12th Speaker of the Bihar Legislative Assembly
- In office 12 April 1995 – 06 March 2000
- Preceded by: Ghulam Sarwar
- Succeeded by: Sadanand Singh

Member of Bihar Legislative Assembly, Babubarhi constituency
- In office 2000–2003
- Preceded by: Self
- Succeeded by: Uma Kant Yadav

Member of Bihar Legislative Assembly, Babubarhi constituency
- In office 1995–2000
- Preceded by: Self

Member of Bihar Legislative Assembly, Babubarhi constituency
- In office 1990–1995
- Preceded by: Self
- Succeeded by: Self

Member of Bihar Legislative Assembly, Babubarhi constituency
- In office 1977–1980
- Preceded by: Constituency Not exit
- Succeeded by: Mahendra Narayan Jha

Personal details
- Born: Madhubani, Bihar, India
- Died: 4 March 2003 (82 years) Patna, Bihar, India
- Party: Rashtriya Janata Dal (1995-till death) Janata Dal (Before-1995)
- Profession: Politician Social Worker
- Website: http://www.vidhansabha.bih.nic.

= Deo Narayan Yadav =

Indian politician

Deo Narayan Yadav (died 4 March, 2003) was an Indian politician and freedom fighter, elected first time 1952–1957 and 1957–1962 from Ladaniya constituency (now Babubarhi constituency).
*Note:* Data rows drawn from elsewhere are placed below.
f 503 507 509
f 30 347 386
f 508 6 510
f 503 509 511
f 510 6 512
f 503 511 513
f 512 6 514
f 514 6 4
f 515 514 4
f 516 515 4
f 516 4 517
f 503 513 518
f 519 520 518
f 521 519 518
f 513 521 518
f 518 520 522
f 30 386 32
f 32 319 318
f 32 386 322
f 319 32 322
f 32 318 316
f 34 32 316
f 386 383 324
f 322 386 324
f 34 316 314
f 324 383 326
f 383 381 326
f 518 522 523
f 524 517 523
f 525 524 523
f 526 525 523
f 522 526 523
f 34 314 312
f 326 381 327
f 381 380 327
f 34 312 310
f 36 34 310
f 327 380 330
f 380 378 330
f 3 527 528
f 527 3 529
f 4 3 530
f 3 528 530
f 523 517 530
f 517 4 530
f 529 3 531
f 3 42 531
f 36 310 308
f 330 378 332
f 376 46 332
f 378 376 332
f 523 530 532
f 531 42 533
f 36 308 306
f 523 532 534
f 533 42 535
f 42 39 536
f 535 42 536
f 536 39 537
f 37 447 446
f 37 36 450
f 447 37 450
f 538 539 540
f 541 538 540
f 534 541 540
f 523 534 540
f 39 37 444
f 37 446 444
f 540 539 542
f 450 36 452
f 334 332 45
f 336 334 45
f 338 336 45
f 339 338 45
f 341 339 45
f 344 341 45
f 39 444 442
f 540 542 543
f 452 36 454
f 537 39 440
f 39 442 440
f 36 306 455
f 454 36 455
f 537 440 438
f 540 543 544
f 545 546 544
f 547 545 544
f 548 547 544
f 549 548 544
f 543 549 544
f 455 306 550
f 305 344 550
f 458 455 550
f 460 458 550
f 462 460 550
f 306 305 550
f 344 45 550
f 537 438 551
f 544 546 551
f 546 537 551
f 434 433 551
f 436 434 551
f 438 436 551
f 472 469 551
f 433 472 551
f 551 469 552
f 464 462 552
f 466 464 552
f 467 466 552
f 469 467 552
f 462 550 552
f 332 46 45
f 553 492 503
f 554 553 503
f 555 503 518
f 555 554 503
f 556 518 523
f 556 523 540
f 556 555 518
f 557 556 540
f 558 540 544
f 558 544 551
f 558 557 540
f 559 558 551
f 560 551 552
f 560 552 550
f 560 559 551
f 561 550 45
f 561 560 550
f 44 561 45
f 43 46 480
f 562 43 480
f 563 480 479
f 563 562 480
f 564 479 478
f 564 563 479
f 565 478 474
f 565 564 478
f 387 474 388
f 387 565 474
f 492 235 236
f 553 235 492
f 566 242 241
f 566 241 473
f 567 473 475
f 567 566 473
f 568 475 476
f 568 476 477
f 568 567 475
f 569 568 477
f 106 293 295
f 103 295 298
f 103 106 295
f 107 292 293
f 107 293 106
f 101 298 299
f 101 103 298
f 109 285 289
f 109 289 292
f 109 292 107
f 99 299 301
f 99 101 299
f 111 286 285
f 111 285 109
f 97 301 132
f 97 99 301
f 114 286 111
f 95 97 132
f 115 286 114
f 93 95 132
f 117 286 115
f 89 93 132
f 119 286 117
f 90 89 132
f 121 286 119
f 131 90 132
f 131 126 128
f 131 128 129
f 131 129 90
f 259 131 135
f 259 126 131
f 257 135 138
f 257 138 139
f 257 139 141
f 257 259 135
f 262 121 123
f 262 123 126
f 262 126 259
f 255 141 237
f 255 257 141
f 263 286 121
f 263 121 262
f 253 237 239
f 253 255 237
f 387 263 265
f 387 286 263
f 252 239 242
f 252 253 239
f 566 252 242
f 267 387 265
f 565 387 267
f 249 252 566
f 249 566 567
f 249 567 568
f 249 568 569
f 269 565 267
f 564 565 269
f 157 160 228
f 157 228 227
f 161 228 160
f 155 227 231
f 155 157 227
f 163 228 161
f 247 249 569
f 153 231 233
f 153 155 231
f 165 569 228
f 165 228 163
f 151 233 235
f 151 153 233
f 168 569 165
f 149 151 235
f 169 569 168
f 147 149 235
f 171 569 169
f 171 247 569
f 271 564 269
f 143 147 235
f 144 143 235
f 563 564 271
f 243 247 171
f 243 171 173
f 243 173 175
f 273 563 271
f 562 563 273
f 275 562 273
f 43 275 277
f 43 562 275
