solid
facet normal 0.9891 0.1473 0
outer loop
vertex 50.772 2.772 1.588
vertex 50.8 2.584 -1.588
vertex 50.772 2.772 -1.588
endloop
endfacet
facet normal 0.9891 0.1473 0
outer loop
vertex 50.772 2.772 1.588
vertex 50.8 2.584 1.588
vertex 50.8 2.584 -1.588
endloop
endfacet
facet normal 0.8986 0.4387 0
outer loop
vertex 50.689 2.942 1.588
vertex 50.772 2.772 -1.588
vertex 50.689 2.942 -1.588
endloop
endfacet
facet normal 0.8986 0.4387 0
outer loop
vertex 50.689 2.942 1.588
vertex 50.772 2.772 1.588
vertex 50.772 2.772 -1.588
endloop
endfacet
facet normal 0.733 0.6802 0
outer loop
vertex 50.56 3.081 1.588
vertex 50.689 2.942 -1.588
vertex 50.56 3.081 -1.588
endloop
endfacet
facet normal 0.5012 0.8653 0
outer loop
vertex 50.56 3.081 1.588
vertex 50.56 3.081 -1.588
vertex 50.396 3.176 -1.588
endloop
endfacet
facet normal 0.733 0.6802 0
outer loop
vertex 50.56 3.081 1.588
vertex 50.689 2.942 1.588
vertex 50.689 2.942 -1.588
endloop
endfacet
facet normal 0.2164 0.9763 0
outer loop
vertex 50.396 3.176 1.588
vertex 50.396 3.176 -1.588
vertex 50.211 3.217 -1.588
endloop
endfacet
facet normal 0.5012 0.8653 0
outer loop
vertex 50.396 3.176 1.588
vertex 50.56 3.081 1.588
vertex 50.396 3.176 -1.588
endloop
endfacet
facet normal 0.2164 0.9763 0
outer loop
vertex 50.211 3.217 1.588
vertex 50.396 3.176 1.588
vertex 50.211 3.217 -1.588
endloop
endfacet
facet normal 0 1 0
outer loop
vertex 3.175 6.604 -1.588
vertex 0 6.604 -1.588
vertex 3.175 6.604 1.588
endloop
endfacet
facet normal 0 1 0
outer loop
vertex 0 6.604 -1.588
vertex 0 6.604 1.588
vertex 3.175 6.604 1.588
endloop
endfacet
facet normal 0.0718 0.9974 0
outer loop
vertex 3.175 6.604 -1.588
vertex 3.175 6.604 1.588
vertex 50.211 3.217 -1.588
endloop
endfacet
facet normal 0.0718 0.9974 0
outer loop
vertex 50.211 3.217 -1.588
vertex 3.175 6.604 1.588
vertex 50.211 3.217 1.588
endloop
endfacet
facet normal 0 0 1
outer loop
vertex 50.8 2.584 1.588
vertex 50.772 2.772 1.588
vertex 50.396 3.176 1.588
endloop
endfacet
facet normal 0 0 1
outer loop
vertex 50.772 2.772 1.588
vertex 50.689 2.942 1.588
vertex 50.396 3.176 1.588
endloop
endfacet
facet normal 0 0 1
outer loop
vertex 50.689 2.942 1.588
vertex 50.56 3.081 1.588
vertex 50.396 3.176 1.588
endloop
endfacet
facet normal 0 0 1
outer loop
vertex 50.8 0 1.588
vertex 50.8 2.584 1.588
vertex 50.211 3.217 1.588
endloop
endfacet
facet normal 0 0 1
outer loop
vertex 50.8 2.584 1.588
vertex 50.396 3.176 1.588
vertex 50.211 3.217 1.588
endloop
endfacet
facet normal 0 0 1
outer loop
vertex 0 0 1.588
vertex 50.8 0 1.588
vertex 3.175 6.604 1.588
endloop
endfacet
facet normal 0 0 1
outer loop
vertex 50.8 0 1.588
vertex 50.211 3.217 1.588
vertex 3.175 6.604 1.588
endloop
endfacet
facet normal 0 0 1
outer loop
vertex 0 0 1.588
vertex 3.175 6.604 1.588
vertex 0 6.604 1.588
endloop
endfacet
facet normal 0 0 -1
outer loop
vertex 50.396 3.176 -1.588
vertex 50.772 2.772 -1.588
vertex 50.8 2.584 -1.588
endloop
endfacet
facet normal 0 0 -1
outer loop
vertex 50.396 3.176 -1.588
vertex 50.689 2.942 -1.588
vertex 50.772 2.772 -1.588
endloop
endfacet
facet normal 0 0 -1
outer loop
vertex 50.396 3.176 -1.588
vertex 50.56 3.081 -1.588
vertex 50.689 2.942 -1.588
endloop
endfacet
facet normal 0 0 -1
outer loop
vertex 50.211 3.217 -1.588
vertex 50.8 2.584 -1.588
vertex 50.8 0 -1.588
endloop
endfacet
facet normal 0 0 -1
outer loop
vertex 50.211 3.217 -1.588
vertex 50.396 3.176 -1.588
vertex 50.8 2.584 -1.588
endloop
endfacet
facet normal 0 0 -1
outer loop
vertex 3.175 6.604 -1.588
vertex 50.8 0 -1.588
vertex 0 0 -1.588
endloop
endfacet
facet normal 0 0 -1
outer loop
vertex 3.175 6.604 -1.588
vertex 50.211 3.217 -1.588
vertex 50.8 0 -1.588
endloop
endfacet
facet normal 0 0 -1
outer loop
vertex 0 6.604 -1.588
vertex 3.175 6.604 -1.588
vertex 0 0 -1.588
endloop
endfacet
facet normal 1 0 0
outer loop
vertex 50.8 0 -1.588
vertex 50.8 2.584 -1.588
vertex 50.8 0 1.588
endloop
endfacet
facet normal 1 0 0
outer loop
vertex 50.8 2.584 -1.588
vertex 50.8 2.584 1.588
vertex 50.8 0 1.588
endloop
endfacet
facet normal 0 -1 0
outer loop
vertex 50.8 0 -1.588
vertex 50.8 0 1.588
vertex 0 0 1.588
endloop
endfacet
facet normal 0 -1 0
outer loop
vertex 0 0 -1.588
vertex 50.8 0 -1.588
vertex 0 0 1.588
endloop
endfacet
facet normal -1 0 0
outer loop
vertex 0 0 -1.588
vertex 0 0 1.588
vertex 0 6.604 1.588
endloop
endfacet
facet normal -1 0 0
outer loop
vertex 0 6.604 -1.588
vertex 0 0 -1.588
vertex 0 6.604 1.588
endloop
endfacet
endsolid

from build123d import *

# Parameters (mm, degrees)
BOSS_EXTRUDE1_DEPTH = 1.5875
FILLET1_R           = 0.635


with BuildPart() as part:
    # Sketch1 → Boss-Extrude1 (new, symmetric)
    with BuildSketch(Plane.XY):
        Polygon((0, 0), (0, 6.604), (3.175, 6.604), (50.8, 3.175), (50.8, 0), align=None)
    extrude(amount=BOSS_EXTRUDE1_DEPTH, both=True)

    # Fillet1
    fillet1_edges = [part.edges().sort_by_distance(p)[0] for p in [
        (50.8, 3.175, 0),
    ]]
    fillet(fillet1_edges, radius=FILLET1_R)


solid = part.part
He was a member of the first ministry of Bihar led by Krishana Sinha. Yadav served as the 12th Speaker of the Bihar Legislative Assembly from 1995–2000. He represented the Babubarhi Constituency in Madhubani from 1977–1980 and 1990-till death. Yadav died at his official residence on Tuesday, 82 years old and sitting Rashtriya Janata Dal MLA from Babubarhi assembly seat in Madhubani. Bihar Governor V C Pande, assembly Speaker Sadanand Singh, Bihar Legislative Council chairman Prof. Jabir Hussain, Chief Minister Rabri Devi and RJD supremo's Lalu Prasad Yadav expressed grief and shock at the sudden demise of Yadav.